= TASK BRIEF =
Using the material below, return exactly the lines between the one holding "v 22.7 1.706 -9.8" and the one holding "v 56.569 -56.569 120", inclusive, and no others.

= RECORDS TO PROCESS =
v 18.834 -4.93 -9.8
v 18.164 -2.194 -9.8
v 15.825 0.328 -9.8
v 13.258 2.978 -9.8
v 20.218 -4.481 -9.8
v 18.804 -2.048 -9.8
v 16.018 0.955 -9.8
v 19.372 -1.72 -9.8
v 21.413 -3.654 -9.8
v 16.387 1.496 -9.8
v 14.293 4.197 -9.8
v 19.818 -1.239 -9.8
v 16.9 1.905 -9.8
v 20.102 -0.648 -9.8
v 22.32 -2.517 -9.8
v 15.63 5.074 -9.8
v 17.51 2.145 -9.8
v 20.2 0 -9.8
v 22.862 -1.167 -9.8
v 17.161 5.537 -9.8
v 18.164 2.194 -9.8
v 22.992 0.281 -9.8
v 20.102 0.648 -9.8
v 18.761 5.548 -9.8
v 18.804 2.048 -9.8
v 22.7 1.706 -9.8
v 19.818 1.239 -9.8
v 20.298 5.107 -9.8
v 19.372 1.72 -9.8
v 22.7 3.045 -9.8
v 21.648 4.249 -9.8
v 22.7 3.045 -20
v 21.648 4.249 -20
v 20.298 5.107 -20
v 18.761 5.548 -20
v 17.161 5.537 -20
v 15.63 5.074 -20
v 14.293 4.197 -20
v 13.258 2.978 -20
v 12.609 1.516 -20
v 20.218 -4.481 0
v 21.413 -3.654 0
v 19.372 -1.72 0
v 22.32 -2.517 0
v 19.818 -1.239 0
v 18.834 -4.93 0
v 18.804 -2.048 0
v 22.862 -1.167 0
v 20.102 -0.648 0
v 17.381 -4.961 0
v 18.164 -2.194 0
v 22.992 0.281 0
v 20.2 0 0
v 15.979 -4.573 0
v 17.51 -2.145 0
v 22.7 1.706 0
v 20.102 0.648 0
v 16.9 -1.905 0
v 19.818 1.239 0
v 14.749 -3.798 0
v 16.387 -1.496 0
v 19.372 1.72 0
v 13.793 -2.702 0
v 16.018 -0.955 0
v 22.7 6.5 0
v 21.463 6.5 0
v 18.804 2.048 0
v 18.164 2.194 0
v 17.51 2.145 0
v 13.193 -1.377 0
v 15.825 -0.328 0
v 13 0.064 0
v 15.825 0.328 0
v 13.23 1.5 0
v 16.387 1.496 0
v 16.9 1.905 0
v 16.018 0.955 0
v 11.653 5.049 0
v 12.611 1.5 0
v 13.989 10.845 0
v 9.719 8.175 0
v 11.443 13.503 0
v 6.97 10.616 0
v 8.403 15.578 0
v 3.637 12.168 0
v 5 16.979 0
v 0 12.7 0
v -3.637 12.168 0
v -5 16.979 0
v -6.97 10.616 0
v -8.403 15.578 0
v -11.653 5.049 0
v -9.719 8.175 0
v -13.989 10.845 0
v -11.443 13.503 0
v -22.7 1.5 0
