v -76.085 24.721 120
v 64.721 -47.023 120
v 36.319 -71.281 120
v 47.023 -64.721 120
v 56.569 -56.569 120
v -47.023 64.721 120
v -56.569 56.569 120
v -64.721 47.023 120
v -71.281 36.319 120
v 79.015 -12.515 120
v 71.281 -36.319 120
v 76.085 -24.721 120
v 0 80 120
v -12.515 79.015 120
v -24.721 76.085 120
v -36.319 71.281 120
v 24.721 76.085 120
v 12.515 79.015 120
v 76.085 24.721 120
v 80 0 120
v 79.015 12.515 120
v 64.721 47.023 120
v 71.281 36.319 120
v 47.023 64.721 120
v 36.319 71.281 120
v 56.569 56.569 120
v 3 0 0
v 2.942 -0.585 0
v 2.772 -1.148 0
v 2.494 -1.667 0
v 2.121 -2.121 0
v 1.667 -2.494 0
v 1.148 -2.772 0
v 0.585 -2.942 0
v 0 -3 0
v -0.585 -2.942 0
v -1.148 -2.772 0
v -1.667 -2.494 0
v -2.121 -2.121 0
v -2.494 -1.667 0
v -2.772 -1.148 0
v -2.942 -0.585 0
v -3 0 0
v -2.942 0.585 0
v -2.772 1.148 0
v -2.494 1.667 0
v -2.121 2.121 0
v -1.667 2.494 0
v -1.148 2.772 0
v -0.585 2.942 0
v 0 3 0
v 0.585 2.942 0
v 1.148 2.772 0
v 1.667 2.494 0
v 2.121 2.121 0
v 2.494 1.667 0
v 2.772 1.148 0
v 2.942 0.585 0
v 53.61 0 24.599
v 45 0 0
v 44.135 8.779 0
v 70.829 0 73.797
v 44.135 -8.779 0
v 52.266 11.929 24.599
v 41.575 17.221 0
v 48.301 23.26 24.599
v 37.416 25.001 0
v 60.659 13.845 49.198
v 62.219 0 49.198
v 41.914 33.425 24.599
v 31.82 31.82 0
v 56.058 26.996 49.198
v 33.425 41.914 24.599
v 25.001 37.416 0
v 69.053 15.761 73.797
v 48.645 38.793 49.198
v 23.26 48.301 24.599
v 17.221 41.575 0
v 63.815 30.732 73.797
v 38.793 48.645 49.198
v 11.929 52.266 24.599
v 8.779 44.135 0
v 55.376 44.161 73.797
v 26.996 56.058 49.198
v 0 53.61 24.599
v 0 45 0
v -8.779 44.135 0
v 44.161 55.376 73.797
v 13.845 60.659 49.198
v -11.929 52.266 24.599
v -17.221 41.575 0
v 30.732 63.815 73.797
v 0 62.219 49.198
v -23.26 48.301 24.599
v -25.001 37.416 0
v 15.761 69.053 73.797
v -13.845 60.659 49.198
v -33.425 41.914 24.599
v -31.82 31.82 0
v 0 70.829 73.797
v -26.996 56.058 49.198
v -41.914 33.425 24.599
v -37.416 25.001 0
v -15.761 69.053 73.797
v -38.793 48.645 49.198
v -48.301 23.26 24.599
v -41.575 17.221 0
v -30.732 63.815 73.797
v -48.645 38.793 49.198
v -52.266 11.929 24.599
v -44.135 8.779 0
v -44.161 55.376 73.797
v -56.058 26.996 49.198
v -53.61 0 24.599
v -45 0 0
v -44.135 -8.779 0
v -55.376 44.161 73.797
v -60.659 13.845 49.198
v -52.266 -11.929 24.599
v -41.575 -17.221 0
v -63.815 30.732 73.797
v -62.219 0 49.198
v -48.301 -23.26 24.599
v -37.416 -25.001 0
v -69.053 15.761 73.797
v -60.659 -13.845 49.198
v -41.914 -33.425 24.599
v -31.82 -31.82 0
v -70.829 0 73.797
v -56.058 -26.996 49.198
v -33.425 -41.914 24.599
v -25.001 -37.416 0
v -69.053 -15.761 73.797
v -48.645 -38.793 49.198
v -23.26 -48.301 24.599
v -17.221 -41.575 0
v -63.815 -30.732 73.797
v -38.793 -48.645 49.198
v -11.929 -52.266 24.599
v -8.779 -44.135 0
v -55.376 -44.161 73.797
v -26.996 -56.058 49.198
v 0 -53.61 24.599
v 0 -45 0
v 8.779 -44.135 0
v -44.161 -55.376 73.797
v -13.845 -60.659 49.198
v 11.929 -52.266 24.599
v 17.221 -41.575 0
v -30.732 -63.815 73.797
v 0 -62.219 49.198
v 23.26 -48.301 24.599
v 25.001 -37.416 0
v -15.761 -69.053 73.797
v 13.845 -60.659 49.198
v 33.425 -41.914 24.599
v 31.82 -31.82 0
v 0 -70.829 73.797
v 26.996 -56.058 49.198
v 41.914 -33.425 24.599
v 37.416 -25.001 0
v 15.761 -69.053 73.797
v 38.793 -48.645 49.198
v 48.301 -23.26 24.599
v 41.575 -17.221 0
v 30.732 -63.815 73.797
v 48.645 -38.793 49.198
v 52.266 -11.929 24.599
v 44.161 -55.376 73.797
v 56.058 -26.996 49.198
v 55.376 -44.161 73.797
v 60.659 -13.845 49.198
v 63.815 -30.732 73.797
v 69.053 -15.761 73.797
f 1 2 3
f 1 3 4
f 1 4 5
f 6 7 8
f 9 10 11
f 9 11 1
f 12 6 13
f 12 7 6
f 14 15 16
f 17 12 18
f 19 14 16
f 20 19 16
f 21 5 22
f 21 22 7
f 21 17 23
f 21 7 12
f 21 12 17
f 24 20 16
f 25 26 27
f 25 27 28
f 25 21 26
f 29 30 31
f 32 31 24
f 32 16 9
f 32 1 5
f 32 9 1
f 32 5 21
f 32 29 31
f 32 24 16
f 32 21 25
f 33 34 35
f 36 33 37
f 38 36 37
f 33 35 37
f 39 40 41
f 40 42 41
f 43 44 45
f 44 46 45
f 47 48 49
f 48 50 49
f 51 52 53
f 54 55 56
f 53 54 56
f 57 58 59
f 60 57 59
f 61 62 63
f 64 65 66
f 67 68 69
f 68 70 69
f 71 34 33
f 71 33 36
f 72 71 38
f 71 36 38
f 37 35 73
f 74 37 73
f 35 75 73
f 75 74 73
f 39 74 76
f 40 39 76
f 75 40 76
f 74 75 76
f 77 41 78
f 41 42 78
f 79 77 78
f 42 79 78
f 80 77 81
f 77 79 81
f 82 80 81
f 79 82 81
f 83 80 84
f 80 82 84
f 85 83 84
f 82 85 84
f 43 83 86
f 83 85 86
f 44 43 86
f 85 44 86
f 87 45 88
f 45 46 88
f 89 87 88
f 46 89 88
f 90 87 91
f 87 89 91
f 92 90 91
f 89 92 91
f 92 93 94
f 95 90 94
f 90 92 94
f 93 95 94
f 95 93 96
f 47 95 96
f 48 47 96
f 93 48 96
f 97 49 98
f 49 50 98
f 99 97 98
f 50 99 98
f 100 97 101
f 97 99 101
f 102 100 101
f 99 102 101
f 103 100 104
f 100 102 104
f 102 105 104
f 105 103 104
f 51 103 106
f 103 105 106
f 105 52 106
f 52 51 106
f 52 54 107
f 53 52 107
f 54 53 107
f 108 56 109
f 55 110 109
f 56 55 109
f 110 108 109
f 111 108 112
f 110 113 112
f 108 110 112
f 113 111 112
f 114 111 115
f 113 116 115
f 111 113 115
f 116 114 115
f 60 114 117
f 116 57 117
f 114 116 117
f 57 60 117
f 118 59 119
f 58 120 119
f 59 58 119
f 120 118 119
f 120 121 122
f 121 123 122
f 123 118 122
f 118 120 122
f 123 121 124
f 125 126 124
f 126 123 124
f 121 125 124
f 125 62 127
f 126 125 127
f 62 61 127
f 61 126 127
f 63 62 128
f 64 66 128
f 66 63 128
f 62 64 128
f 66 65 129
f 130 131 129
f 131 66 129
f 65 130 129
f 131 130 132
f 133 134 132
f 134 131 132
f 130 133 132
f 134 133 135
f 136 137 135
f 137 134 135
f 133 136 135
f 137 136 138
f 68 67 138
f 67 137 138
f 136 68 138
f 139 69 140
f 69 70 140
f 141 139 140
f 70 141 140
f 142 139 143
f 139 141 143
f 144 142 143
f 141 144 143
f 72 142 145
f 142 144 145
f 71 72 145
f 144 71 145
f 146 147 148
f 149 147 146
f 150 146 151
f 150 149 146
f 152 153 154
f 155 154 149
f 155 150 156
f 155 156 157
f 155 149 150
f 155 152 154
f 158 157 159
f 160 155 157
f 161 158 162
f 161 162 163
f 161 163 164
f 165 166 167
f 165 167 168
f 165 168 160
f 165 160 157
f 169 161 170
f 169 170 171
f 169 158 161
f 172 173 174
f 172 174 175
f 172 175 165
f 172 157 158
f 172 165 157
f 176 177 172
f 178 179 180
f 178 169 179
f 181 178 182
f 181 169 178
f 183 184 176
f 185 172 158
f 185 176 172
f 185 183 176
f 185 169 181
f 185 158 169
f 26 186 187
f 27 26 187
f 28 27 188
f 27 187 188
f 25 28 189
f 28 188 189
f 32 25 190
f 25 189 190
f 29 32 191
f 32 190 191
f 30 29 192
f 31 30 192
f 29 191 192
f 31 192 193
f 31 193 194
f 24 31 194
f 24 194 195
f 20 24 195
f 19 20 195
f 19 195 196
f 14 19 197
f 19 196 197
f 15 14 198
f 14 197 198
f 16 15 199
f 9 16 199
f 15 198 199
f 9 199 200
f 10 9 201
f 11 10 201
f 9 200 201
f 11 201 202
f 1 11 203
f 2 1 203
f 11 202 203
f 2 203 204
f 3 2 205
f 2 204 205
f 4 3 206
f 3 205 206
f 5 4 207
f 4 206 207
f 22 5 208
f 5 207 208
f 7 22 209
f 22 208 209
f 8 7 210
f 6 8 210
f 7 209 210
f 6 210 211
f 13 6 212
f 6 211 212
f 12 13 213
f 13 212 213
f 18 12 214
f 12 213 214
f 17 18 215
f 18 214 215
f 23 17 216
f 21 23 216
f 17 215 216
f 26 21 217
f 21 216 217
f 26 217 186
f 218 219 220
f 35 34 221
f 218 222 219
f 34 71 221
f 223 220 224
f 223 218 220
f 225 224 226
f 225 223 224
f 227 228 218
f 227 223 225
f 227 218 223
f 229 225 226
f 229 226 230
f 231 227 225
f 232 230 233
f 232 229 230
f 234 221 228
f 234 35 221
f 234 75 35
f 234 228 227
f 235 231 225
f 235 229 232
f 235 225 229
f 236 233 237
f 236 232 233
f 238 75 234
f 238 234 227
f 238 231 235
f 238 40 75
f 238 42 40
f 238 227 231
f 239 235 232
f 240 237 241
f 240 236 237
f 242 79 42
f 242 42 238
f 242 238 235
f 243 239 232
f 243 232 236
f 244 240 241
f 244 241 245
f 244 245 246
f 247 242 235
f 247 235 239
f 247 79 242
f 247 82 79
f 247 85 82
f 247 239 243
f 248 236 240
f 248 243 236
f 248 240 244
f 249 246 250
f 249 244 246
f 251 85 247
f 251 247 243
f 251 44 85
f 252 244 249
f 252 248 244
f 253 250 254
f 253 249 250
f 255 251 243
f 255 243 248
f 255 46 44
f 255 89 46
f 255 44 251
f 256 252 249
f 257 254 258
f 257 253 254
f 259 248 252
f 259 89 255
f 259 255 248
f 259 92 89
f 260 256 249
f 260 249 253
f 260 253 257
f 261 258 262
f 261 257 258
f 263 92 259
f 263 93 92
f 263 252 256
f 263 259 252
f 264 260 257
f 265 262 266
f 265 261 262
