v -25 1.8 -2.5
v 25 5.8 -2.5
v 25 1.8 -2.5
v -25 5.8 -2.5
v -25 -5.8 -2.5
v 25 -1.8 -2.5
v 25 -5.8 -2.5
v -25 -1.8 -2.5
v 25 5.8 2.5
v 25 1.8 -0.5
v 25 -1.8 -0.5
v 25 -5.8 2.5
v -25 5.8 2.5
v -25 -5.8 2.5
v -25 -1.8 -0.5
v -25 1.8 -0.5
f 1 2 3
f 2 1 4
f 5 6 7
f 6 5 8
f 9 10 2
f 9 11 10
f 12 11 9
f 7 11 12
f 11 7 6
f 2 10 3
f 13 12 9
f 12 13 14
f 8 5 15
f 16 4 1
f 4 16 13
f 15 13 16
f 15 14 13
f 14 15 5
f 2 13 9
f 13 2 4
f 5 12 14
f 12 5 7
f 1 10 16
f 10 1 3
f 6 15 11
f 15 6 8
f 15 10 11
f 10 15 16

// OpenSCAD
// Print-ready: a short coupon of the button-lead groove, to test the lip fit
// before committing the whole electronics deck (docs/housing_decisions.md,
// 2026-10-11). A 50mm strip of deck-thickness stock with the groove and a few
// retention lips. Try pressing the two button leads in and out.
//   openscad -o groove_coupon.stl print_groove_coupon.scad
use <dial_unit_housing.scad>
groove_coupon();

= THE COMPLETED TASK =
v 22.7 1.706 -9.8
v 19.818 1.239 -9.8
v 20.298 5.107 -9.8
v 19.372 1.72 -9.8
v 22.7 3.045 -9.8
v 21.648 4.249 -9.8
v 22.7 3.045 -20
v 21.648 4.249 -20
v 20.298 5.107 -20
v 18.761 5.548 -20
v 17.161 5.537 -20
v 15.63 5.074 -20
v 14.293 4.197 -20
v 13.258 2.978 -20
v 12.609 1.516 -20
v 20.218 -4.481 0
v 21.413 -3.654 0
v 19.372 -1.72 0
v 22.32 -2.517 0
v 19.818 -1.239 0
v 18.834 -4.93 0
v 18.804 -2.048 0
v 22.862 -1.167 0
v 20.102 -0.648 0
v 17.381 -4.961 0
v 18.164 -2.194 0
v 22.992 0.281 0
v 20.2 0 0
v 15.979 -4.573 0
v 17.51 -2.145 0
v 22.7 1.706 0
v 20.102 0.648 0
v 16.9 -1.905 0
v 19.818 1.239 0
v 14.749 -3.798 0
v 16.387 -1.496 0
v 19.372 1.72 0
v 13.793 -2.702 0
v 16.018 -0.955 0
v 22.7 6.5 0
v 21.463 6.5 0
v 18.804 2.048 0
v 18.164 2.194 0
v 17.51 2.145 0
v 13.193 -1.377 0
v 15.825 -0.328 0
v 13 0.064 0
v 15.825 0.328 0
v 13.23 1.5 0
v 16.387 1.496 0
v 16.9 1.905 0
v 16.018 0.955 0
v 11.653 5.049 0
v 12.611 1.5 0
v 13.989 10.845 0
v 9.719 8.175 0
v 11.443 13.503 0
v 6.97 10.616 0
v 8.403 15.578 0
v 3.637 12.168 0
v 5 16.979 0
v 0 12.7 0
v -3.637 12.168 0
v -5 16.979 0
v -6.97 10.616 0
v -8.403 15.578 0
v -11.653 5.049 0
v -9.719 8.175 0
v -13.989 10.845 0
v -11.443 13.503 0
v -22.7 1.5 0
v -76.085 24.721 120
v 64.721 -47.023 120
v 36.319 -71.281 120
v 47.023 -64.721 120
v 56.569 -56.569 120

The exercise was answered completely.